_About this task_:
Only one stretch of the records below is wanted: the lines from the one holding "v -3.127 -18.487 0" through the one holding "v 3.536 10.152 0". Return it exactly, both ends included.

_Dataset items_:
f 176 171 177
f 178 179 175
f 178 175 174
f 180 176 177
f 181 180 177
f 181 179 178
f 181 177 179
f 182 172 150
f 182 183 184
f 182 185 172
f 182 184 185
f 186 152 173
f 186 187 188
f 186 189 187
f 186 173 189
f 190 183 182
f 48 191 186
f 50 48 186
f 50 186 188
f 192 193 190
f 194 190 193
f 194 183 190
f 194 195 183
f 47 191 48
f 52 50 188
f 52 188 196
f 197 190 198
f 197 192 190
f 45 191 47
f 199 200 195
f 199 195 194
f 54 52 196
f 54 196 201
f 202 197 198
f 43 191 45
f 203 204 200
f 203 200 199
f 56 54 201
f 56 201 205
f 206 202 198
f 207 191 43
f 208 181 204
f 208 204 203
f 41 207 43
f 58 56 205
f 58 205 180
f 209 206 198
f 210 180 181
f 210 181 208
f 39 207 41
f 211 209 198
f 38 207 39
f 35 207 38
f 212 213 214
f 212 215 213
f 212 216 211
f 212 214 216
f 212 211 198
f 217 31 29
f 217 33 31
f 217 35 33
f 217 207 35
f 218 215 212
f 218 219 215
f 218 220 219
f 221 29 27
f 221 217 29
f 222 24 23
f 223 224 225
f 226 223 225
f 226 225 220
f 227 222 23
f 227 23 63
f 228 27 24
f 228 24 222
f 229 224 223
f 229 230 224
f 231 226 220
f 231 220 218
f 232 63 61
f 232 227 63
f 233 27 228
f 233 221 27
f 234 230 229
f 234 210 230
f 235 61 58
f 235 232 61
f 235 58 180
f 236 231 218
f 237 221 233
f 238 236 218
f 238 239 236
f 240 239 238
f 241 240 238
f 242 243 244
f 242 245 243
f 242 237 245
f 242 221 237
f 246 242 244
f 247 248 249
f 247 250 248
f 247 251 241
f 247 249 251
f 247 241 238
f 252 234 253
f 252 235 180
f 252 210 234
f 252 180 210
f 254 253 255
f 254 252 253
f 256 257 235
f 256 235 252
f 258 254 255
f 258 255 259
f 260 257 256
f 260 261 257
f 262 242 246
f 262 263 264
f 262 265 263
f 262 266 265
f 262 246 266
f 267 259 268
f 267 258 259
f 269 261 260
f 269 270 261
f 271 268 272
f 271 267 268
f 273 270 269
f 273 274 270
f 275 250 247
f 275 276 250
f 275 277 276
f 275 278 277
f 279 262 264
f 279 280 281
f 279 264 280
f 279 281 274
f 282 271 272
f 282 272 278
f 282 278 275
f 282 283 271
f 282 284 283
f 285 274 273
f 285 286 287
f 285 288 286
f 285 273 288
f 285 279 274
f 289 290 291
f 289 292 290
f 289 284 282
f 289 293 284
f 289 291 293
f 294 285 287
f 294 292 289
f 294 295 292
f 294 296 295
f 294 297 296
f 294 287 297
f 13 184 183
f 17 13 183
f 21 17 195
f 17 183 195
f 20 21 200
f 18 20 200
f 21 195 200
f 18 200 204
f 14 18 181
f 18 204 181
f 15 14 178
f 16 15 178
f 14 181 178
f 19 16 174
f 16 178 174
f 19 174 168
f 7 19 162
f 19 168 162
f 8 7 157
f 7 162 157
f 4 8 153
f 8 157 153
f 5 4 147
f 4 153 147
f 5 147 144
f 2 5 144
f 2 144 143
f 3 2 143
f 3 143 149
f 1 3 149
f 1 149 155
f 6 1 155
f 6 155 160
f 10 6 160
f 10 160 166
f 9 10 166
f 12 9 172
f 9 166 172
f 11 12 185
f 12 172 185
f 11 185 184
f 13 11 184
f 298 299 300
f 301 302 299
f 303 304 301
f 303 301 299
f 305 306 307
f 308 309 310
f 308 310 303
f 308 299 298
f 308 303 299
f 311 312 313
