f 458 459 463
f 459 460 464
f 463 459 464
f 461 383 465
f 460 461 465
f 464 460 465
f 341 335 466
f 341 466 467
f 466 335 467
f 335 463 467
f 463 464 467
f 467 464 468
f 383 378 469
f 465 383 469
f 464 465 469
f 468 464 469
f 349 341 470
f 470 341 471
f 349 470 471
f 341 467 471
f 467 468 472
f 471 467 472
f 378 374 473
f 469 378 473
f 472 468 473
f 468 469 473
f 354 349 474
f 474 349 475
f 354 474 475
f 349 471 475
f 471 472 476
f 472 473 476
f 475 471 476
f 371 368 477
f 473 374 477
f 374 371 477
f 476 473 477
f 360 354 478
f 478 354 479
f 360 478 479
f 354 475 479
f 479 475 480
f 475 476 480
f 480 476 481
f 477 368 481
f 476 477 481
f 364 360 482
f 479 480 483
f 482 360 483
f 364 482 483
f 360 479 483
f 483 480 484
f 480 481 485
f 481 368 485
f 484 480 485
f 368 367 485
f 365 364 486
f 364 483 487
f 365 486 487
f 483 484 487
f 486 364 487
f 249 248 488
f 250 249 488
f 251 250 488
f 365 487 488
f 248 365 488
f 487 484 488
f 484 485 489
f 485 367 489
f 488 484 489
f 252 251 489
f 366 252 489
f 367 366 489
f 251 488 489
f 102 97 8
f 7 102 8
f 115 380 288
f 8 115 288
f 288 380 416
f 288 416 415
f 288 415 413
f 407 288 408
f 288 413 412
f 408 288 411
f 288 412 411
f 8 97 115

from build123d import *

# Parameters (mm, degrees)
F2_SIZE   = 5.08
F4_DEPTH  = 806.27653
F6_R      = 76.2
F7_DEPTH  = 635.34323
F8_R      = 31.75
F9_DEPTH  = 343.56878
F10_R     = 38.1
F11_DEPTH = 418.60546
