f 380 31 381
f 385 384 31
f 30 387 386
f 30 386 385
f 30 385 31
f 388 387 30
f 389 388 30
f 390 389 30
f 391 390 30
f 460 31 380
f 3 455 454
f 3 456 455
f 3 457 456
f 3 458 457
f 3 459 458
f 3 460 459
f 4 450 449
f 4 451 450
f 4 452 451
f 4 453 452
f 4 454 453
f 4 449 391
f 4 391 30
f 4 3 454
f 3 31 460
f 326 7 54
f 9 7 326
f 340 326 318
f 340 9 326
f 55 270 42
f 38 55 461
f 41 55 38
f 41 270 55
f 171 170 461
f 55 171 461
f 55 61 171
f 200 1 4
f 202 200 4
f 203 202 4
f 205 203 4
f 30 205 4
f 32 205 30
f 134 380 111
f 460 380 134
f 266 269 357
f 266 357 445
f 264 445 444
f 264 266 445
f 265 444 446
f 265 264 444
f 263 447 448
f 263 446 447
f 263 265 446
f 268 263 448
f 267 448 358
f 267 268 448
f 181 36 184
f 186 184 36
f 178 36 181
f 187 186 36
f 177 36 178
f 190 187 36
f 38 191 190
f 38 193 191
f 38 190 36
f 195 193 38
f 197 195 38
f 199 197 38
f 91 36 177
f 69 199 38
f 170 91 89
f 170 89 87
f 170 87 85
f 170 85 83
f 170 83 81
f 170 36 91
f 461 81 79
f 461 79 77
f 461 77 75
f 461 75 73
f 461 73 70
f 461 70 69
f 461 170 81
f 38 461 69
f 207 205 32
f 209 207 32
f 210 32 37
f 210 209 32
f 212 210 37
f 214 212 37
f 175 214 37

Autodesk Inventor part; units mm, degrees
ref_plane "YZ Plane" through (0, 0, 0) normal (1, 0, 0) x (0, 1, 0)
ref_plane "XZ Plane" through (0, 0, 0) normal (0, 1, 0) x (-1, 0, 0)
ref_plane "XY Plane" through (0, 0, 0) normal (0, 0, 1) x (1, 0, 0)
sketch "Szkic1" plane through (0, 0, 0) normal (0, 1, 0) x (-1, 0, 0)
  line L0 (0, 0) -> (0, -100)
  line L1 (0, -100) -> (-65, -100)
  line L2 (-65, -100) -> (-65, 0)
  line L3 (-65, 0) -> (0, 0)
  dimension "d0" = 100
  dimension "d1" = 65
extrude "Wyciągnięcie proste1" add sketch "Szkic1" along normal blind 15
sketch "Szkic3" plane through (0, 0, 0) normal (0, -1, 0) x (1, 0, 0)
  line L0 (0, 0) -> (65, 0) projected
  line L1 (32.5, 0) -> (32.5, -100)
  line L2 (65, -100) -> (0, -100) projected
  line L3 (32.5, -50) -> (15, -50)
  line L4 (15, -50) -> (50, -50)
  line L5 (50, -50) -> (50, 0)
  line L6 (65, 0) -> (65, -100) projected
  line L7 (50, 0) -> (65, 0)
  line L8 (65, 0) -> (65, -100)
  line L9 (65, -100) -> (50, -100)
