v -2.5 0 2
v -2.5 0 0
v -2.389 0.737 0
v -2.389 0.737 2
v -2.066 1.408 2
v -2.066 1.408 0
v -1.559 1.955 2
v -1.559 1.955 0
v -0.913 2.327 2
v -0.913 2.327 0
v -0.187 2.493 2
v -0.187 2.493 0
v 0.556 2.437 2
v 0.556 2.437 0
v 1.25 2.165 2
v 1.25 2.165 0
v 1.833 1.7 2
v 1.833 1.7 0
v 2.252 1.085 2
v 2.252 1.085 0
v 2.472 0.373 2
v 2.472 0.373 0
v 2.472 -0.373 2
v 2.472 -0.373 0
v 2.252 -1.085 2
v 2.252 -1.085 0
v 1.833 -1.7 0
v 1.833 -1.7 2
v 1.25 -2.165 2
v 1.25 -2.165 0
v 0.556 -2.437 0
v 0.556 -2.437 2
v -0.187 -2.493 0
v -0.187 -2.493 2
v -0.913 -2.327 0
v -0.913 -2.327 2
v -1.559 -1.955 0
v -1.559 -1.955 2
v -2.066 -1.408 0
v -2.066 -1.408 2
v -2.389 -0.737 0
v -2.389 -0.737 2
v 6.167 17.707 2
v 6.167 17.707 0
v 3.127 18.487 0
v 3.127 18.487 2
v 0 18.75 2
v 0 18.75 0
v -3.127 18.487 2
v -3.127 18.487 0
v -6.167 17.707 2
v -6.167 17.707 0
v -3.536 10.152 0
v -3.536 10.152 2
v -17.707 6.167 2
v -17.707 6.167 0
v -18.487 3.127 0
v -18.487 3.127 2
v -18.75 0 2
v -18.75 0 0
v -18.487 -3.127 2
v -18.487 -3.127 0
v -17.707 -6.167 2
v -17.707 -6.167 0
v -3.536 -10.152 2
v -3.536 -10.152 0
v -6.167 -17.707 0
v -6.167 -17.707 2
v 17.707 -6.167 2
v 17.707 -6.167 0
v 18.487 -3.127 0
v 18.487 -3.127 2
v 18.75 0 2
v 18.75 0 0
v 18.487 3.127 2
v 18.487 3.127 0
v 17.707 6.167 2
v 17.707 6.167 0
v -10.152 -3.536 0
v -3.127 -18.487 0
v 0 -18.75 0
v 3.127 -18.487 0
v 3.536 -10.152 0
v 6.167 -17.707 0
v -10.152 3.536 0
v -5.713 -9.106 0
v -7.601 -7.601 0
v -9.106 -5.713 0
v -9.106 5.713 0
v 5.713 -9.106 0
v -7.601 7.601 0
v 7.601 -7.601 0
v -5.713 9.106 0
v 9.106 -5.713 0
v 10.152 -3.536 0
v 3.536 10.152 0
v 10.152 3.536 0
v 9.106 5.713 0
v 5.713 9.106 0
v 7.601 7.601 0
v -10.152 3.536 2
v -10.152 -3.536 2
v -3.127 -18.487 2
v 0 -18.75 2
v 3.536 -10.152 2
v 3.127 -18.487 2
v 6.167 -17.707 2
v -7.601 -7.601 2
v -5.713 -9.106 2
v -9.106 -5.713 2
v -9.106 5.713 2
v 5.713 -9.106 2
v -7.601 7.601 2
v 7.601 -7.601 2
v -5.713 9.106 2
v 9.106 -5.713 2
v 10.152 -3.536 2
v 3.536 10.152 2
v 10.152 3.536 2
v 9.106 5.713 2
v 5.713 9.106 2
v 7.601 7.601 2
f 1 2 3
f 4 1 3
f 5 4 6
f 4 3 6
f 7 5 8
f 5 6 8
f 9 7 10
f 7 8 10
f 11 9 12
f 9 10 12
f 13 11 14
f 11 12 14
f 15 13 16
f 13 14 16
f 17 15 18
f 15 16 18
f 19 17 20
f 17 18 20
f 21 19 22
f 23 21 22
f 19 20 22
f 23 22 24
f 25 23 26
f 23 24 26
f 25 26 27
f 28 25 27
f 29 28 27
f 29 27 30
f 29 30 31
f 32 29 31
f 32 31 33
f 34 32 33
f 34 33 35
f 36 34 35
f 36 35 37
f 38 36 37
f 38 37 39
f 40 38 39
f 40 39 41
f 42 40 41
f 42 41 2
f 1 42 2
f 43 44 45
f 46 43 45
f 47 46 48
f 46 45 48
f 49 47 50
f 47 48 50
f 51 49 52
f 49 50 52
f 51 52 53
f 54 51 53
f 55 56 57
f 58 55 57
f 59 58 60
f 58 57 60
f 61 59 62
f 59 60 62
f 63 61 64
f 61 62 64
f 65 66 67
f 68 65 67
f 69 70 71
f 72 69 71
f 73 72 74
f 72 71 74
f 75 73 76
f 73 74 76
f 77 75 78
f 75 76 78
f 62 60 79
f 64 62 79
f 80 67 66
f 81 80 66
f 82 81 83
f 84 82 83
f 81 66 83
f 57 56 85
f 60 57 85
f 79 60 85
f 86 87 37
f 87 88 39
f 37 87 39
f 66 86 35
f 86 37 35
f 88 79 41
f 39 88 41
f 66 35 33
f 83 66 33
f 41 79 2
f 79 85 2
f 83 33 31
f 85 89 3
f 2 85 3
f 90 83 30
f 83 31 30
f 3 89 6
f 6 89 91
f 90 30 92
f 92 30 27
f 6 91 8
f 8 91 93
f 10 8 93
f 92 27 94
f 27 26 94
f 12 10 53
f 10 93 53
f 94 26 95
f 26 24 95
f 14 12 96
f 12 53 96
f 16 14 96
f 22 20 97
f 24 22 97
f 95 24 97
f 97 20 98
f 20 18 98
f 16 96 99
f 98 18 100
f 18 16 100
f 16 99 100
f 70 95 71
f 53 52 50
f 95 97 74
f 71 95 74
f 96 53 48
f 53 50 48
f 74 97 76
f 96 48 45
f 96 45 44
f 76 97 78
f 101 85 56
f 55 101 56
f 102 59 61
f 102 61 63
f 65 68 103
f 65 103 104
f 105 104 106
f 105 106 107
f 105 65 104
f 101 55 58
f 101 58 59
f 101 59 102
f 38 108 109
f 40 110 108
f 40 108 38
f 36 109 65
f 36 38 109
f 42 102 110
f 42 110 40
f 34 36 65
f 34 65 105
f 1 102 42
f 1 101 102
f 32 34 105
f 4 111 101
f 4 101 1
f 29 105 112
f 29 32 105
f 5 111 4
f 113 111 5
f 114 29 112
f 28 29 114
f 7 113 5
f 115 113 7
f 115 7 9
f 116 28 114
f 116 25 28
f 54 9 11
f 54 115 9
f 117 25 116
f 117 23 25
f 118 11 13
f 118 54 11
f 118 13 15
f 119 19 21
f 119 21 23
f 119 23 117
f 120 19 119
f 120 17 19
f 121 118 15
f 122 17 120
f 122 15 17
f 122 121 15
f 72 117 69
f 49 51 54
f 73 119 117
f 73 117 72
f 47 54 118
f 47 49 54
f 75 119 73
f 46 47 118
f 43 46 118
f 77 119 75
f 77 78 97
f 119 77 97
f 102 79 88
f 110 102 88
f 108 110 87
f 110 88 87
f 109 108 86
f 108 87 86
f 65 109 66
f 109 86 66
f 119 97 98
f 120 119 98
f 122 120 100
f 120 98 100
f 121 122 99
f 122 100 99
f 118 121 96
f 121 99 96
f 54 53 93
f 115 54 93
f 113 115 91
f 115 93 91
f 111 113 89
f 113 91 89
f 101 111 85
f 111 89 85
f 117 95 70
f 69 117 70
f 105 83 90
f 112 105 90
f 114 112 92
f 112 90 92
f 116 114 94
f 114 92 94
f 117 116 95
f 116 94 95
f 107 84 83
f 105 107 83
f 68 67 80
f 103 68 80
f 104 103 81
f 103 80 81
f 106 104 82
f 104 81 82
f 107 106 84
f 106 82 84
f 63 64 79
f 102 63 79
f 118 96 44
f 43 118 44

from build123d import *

# Parameters (mm, degrees)
BOSS_EXTRUDE1_DEPTH = 2
SKETCH2_R           = 2.5
CUT_EXTRUDE1_DEPTH  = 27.591822051


with BuildPart() as part:
    # Sketch1 → Boss-Extrude1 (new body)
    with BuildSketch(Plane.XY):
        with BuildLine():
            Line((3.535767004, 10.15188907), (6.167035471, 17.706783262))
            ThreePointArc((6.167035471, 17.706783262), (0, 18.75), (-6.167035471, 17.706783262))
            Line((-6.167035471, 17.706783262), (-3.535767004, 10.15188907))
            ThreePointArc((-3.535767004, 10.15188907), (-7.601397898, 7.601397898), (-10.15188907, 3.535767004))
            Line((-10.15188907, 3.535767004), (-17.706783262, 6.167035471))
            ThreePointArc((-17.706783262, 6.167035471), (-18.75, 0), (-17.706783262, -6.167035471))
            Line((-17.706783262, -6.167035471), (-10.15188907, -3.535767004))
            ThreePointArc((-10.15188907, -3.535767004), (-7.601397898, -7.601397898), (-3.535767004, -10.15188907))
            Line((-3.535767004, -10.15188907), (-6.167035471, -17.706783262))
            ThreePointArc((-6.167035471, -17.706783262), (0, -18.75), (6.167035471, -17.706783262))
            Line((6.167035471, -17.706783262), (3.535767004, -10.15188907))
            ThreePointArc((3.535767004, -10.15188907), (7.601397898, -7.601397898), (10.15188907, -3.535767004))
            Line((10.15188907, -3.535767004), (17.706783262, -6.167035471))
            ThreePointArc((17.706783262, -6.167035471), (18.75, 0), (17.706783262, 6.167035471))
            Line((17.706783262, 6.167035471), (10.15188907, 3.535767004))
            ThreePointArc((10.15188907, 3.535767004), (7.601397898, 7.601397898), (3.535767004, 10.15188907))
        make_face()
    extrude(amount=BOSS_EXTRUDE1_DEPTH)

    # Sketch2 → Cut-Extrude1 (cut, through all)
    with BuildSketch(Plane(origin=(0, 0, 0), x_dir=(-1, 0, 0), z_dir=(0, 0, -1))):
        Circle(SKETCH2_R)
    extrude(amount=-CUT_EXTRUDE1_DEPTH, mode=Mode.SUBTRACT)


solid = part.part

_Exercise result_:
v -3.127 -18.487 0
v 0 -18.75 0
v 3.127 -18.487 0
v 3.536 -10.152 0
v 6.167 -17.707 0
v -10.152 3.536 0
v -5.713 -9.106 0
v -7.601 -7.601 0
v -9.106 -5.713 0
v -9.106 5.713 0
v 5.713 -9.106 0
v -7.601 7.601 0
v 7.601 -7.601 0
v -5.713 9.106 0
v 9.106 -5.713 0
v 10.152 -3.536 0
v 3.536 10.152 0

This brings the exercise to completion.